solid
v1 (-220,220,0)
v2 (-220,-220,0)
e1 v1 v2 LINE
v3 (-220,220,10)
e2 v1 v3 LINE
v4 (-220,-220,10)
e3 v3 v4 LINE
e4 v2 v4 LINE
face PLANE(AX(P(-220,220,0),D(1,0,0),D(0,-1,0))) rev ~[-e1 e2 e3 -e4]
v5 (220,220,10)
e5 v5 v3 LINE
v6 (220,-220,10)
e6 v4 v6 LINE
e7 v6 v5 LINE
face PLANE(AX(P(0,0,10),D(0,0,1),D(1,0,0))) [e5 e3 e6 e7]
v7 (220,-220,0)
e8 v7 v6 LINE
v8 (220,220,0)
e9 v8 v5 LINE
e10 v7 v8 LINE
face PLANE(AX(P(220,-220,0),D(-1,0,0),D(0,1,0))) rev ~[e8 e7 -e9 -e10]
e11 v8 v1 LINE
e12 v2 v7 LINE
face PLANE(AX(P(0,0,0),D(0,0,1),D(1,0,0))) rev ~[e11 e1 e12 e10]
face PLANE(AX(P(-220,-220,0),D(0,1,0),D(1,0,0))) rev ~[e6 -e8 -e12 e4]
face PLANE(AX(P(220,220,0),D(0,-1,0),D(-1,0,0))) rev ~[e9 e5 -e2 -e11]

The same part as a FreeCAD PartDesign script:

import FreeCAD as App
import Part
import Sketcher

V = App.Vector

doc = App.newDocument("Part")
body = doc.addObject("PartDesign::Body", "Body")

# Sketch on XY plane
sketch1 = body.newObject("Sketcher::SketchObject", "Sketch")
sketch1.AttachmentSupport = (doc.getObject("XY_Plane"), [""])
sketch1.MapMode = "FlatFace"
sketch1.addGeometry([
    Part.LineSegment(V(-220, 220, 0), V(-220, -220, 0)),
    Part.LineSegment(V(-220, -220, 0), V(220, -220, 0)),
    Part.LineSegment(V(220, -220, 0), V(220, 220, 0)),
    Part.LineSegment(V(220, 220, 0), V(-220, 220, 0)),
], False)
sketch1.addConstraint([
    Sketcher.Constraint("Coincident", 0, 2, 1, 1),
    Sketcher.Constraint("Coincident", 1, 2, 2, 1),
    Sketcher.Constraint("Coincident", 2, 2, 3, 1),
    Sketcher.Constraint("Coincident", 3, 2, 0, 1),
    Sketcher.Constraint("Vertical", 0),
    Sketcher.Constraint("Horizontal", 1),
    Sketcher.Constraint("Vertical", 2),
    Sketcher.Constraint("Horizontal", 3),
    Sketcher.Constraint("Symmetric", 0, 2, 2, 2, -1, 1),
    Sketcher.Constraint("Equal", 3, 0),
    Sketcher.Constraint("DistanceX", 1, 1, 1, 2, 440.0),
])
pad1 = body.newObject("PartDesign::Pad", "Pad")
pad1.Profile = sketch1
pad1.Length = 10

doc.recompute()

==

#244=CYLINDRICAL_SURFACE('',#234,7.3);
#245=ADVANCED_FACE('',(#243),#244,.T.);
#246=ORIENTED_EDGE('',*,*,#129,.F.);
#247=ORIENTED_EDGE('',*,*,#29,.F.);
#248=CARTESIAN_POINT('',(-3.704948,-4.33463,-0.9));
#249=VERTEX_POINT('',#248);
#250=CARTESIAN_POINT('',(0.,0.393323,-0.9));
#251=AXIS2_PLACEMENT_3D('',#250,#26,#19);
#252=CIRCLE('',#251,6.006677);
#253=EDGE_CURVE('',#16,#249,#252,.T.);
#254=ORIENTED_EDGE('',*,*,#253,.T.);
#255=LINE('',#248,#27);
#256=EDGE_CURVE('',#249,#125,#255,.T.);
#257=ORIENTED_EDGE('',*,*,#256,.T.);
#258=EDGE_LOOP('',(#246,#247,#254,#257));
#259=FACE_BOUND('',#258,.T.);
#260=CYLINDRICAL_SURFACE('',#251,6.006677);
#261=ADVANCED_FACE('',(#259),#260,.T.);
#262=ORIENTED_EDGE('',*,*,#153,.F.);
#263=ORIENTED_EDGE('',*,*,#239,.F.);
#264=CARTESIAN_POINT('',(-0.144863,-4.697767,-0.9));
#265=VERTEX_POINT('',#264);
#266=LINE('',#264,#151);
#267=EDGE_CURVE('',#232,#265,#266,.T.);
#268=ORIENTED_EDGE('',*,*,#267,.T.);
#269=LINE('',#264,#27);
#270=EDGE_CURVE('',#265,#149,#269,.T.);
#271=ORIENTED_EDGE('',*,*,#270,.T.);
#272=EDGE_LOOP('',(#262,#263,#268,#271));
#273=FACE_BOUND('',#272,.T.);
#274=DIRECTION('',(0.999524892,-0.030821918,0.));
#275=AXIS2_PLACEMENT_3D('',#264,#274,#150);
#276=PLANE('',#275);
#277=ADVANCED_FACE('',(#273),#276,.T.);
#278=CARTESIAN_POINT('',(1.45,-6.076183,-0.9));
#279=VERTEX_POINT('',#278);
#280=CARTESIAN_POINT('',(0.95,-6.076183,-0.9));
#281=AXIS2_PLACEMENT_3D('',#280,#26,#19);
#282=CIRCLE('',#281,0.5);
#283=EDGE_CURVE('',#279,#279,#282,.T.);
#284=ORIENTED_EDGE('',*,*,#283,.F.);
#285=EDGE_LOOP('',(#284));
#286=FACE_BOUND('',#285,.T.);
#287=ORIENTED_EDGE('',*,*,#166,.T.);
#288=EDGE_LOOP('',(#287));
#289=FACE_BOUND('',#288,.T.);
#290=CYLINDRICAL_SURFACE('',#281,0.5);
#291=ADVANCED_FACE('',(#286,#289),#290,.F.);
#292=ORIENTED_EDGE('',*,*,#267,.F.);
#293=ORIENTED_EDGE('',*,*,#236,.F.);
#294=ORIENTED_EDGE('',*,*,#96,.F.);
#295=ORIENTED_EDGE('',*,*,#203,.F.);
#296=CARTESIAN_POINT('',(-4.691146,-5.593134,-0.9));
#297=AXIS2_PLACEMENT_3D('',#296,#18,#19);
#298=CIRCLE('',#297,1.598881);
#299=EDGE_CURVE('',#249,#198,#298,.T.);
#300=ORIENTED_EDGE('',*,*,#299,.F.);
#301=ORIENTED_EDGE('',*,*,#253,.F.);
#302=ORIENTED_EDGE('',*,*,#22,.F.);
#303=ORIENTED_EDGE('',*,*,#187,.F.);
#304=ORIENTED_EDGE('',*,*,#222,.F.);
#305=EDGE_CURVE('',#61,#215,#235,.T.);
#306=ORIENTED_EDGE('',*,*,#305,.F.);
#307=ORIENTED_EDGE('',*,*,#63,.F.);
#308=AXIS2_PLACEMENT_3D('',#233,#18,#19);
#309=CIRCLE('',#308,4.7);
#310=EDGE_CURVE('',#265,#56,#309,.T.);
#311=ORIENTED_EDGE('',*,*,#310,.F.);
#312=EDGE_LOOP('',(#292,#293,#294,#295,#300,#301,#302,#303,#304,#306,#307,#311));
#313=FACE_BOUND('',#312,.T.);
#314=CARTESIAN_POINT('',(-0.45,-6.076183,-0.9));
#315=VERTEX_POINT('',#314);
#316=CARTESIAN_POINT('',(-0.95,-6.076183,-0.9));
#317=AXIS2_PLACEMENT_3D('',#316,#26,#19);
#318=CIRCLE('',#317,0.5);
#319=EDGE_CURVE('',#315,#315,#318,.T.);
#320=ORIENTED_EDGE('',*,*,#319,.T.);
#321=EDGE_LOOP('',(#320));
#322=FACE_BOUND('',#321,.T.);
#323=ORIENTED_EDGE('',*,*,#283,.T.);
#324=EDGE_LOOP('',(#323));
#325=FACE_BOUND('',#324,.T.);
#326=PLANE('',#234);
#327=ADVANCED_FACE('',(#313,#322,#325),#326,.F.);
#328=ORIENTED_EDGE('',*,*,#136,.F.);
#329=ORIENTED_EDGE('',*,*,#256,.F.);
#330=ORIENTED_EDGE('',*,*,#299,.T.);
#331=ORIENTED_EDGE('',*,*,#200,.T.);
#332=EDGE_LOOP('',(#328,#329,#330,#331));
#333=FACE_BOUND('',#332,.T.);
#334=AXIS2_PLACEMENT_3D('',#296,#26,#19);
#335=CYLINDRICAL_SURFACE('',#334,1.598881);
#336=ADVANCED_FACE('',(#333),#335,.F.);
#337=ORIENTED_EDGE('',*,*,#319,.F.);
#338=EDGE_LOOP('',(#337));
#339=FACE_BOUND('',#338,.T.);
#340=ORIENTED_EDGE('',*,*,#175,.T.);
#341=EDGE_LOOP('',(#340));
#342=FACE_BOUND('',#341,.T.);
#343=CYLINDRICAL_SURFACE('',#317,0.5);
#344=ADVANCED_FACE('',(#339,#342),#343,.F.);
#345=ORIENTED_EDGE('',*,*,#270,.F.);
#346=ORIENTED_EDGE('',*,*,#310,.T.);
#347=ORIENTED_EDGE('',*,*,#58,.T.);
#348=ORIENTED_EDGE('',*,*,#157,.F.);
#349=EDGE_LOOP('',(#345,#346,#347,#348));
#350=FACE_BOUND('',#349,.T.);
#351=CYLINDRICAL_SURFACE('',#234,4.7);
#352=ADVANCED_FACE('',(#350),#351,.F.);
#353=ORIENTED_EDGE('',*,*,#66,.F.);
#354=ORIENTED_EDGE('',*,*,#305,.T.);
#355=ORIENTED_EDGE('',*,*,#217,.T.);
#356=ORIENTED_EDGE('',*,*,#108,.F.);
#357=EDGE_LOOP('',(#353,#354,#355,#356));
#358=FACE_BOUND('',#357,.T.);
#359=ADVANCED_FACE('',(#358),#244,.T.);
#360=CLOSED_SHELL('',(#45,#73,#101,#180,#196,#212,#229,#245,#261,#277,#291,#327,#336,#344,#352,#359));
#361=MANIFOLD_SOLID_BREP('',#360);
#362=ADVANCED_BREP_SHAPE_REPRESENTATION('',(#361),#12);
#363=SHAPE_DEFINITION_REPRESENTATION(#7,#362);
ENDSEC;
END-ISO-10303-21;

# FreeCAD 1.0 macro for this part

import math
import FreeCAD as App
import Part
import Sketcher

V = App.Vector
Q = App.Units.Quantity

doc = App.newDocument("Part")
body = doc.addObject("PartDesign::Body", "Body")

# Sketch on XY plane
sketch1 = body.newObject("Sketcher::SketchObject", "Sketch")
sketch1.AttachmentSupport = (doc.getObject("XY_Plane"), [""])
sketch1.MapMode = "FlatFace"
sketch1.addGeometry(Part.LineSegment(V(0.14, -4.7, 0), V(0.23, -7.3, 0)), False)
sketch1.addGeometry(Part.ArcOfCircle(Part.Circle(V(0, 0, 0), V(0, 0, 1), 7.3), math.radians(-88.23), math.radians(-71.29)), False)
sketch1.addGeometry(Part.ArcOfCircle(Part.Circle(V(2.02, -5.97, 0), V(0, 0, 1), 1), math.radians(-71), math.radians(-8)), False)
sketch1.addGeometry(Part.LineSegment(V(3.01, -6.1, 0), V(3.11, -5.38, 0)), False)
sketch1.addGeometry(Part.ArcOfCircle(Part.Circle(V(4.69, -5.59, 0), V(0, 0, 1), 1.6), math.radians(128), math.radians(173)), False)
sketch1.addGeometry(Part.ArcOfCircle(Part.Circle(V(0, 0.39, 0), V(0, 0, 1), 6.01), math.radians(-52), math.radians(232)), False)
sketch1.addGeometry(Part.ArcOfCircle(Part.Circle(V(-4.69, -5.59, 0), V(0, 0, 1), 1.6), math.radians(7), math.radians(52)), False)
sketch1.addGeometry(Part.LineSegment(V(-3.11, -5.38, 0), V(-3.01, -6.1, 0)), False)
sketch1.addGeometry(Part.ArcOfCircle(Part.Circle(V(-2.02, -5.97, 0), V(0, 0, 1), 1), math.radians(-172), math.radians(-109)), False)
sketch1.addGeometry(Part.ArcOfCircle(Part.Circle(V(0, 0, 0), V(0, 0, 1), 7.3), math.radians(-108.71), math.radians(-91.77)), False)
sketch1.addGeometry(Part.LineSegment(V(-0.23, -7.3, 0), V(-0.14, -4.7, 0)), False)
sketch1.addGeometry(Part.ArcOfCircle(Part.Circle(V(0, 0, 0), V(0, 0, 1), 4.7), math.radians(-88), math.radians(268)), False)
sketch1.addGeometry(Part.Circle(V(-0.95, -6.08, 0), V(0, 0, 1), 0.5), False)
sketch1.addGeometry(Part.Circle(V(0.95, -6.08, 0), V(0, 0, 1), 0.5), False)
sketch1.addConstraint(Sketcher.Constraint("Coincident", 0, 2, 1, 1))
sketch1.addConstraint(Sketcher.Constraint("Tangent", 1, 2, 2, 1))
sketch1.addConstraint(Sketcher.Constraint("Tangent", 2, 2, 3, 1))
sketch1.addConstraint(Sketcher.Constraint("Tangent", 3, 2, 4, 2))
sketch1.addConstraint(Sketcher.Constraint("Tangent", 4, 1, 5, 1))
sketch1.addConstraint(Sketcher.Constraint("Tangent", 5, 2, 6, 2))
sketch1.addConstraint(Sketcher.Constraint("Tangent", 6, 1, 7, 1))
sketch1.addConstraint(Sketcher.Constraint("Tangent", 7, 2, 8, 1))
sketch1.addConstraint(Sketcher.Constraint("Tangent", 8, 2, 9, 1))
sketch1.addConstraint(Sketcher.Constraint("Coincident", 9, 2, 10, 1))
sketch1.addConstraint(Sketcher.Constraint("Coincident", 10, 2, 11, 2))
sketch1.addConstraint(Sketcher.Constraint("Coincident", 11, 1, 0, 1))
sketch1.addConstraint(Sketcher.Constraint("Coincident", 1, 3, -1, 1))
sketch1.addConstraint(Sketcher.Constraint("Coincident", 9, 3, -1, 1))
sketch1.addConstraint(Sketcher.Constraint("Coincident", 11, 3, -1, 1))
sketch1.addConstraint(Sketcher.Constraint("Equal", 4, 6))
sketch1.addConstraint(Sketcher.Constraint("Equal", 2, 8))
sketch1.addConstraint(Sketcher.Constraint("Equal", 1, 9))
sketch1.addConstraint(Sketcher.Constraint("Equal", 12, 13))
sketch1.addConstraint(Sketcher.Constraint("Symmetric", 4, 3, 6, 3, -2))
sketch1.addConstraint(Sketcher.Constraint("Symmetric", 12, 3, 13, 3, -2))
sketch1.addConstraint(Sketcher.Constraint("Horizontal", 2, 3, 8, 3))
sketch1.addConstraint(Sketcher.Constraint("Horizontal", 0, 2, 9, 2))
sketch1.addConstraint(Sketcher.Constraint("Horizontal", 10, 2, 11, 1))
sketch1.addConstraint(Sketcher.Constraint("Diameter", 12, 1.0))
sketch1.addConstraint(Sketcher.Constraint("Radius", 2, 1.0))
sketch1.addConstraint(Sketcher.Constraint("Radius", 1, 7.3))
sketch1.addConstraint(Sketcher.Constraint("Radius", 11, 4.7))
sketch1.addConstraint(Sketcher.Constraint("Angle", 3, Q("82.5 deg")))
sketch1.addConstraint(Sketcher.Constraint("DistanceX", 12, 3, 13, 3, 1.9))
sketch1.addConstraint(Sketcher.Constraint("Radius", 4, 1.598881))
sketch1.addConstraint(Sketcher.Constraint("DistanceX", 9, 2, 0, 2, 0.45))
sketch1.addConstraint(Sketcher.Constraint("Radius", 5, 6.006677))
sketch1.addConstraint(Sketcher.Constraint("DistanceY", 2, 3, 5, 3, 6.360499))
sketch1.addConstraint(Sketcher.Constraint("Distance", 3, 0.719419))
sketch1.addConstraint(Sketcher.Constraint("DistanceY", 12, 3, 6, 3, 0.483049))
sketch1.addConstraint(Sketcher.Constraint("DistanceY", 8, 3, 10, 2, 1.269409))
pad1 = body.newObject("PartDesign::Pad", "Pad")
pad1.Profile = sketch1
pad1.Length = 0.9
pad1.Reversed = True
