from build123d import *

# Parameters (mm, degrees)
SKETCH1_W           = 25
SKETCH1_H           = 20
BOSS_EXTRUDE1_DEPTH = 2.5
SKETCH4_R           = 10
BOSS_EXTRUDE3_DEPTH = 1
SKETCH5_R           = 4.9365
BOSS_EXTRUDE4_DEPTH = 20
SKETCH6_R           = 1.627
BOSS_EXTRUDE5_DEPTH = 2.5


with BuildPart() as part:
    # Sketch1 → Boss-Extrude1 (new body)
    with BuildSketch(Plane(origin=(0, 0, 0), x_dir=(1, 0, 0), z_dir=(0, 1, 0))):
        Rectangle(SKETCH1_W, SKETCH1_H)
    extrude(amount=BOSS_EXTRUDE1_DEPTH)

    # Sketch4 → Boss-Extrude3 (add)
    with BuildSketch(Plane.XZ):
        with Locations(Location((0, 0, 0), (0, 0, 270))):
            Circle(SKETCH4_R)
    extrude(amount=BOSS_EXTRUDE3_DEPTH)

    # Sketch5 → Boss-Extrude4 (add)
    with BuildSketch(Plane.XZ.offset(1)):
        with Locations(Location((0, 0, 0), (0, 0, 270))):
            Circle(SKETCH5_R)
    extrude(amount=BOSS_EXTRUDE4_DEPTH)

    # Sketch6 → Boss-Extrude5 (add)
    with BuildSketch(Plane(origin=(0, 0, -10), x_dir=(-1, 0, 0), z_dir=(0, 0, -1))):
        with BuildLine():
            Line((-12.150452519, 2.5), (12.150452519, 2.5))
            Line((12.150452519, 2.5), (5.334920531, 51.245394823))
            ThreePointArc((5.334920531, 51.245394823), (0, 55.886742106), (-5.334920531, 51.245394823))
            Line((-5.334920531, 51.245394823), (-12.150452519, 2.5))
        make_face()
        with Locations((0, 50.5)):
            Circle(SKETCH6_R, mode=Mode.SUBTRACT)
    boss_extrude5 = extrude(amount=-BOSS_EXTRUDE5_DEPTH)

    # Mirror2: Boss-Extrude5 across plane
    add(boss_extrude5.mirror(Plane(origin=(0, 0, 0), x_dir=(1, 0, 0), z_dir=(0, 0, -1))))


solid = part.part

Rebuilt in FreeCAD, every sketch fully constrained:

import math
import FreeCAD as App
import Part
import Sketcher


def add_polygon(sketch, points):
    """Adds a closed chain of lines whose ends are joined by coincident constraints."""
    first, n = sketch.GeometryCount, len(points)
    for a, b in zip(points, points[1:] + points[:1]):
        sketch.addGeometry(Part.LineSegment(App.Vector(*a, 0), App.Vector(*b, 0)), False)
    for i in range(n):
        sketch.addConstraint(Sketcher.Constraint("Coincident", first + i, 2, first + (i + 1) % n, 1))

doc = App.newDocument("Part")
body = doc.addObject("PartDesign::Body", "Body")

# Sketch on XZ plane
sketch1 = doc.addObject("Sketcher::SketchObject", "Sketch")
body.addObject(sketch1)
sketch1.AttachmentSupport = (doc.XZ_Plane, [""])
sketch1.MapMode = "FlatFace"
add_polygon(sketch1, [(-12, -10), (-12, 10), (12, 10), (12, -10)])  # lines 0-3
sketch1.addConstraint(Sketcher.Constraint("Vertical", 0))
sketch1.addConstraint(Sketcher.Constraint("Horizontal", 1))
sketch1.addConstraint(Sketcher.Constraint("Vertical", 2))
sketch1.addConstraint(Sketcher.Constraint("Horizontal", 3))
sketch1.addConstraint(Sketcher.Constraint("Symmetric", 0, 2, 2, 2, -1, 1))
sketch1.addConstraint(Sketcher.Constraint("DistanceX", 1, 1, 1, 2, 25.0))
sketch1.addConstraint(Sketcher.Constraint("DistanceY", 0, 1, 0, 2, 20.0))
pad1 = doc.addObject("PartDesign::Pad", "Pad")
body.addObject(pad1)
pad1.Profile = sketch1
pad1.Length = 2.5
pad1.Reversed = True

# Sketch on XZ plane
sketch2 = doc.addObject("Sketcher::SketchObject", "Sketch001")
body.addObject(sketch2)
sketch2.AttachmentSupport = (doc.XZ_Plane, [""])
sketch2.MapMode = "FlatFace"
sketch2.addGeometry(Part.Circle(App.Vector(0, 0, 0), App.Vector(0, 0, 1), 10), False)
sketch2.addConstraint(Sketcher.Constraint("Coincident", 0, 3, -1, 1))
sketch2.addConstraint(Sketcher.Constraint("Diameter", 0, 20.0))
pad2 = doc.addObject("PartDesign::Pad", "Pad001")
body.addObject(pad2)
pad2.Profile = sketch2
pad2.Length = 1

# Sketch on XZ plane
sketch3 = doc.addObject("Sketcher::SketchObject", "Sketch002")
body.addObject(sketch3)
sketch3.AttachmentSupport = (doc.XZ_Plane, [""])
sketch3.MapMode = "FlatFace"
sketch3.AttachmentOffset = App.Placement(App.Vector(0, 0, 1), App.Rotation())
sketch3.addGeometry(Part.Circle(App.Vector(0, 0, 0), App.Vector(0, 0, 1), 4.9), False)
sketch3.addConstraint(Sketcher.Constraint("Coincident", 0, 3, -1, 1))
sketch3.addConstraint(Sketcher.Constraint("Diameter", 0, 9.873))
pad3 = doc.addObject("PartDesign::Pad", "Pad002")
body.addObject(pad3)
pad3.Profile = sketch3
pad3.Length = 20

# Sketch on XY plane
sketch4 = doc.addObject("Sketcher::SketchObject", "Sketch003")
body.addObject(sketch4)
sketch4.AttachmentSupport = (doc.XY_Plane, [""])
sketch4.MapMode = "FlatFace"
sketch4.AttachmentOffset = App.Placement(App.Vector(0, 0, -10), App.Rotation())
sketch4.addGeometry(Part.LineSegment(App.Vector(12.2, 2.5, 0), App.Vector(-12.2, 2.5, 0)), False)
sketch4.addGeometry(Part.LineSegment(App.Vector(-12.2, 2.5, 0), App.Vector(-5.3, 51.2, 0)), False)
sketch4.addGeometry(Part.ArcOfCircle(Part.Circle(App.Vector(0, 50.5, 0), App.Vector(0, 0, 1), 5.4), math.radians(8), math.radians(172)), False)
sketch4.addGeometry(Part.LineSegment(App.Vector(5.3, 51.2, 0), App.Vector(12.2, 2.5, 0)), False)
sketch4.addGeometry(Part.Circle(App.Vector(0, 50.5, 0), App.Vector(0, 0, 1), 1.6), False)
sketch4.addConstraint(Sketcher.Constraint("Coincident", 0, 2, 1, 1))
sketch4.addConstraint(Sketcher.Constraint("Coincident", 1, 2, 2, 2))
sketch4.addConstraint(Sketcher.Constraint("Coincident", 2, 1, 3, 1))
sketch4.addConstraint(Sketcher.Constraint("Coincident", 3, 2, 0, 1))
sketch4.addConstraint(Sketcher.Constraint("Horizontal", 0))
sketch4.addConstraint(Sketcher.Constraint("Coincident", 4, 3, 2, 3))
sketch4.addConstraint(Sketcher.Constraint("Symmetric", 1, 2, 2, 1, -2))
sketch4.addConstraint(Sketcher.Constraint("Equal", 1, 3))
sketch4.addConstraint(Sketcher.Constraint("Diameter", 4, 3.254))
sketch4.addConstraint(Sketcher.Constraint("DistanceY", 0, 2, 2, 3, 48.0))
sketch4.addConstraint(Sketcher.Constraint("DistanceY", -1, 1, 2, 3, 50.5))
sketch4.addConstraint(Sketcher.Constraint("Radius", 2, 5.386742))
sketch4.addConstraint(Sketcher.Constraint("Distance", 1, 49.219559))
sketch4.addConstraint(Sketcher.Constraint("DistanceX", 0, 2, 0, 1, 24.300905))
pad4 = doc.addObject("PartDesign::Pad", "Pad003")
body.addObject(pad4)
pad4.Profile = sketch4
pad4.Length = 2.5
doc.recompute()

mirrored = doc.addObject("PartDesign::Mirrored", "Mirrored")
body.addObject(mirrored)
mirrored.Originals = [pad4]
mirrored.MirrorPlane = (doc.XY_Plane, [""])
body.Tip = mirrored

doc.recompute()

> [YOUR INSTRUCTIONS]
In the entries above, work out how many lines contain the string "amount", and give only that number.

> [ANSWER FOR THE TASK]
4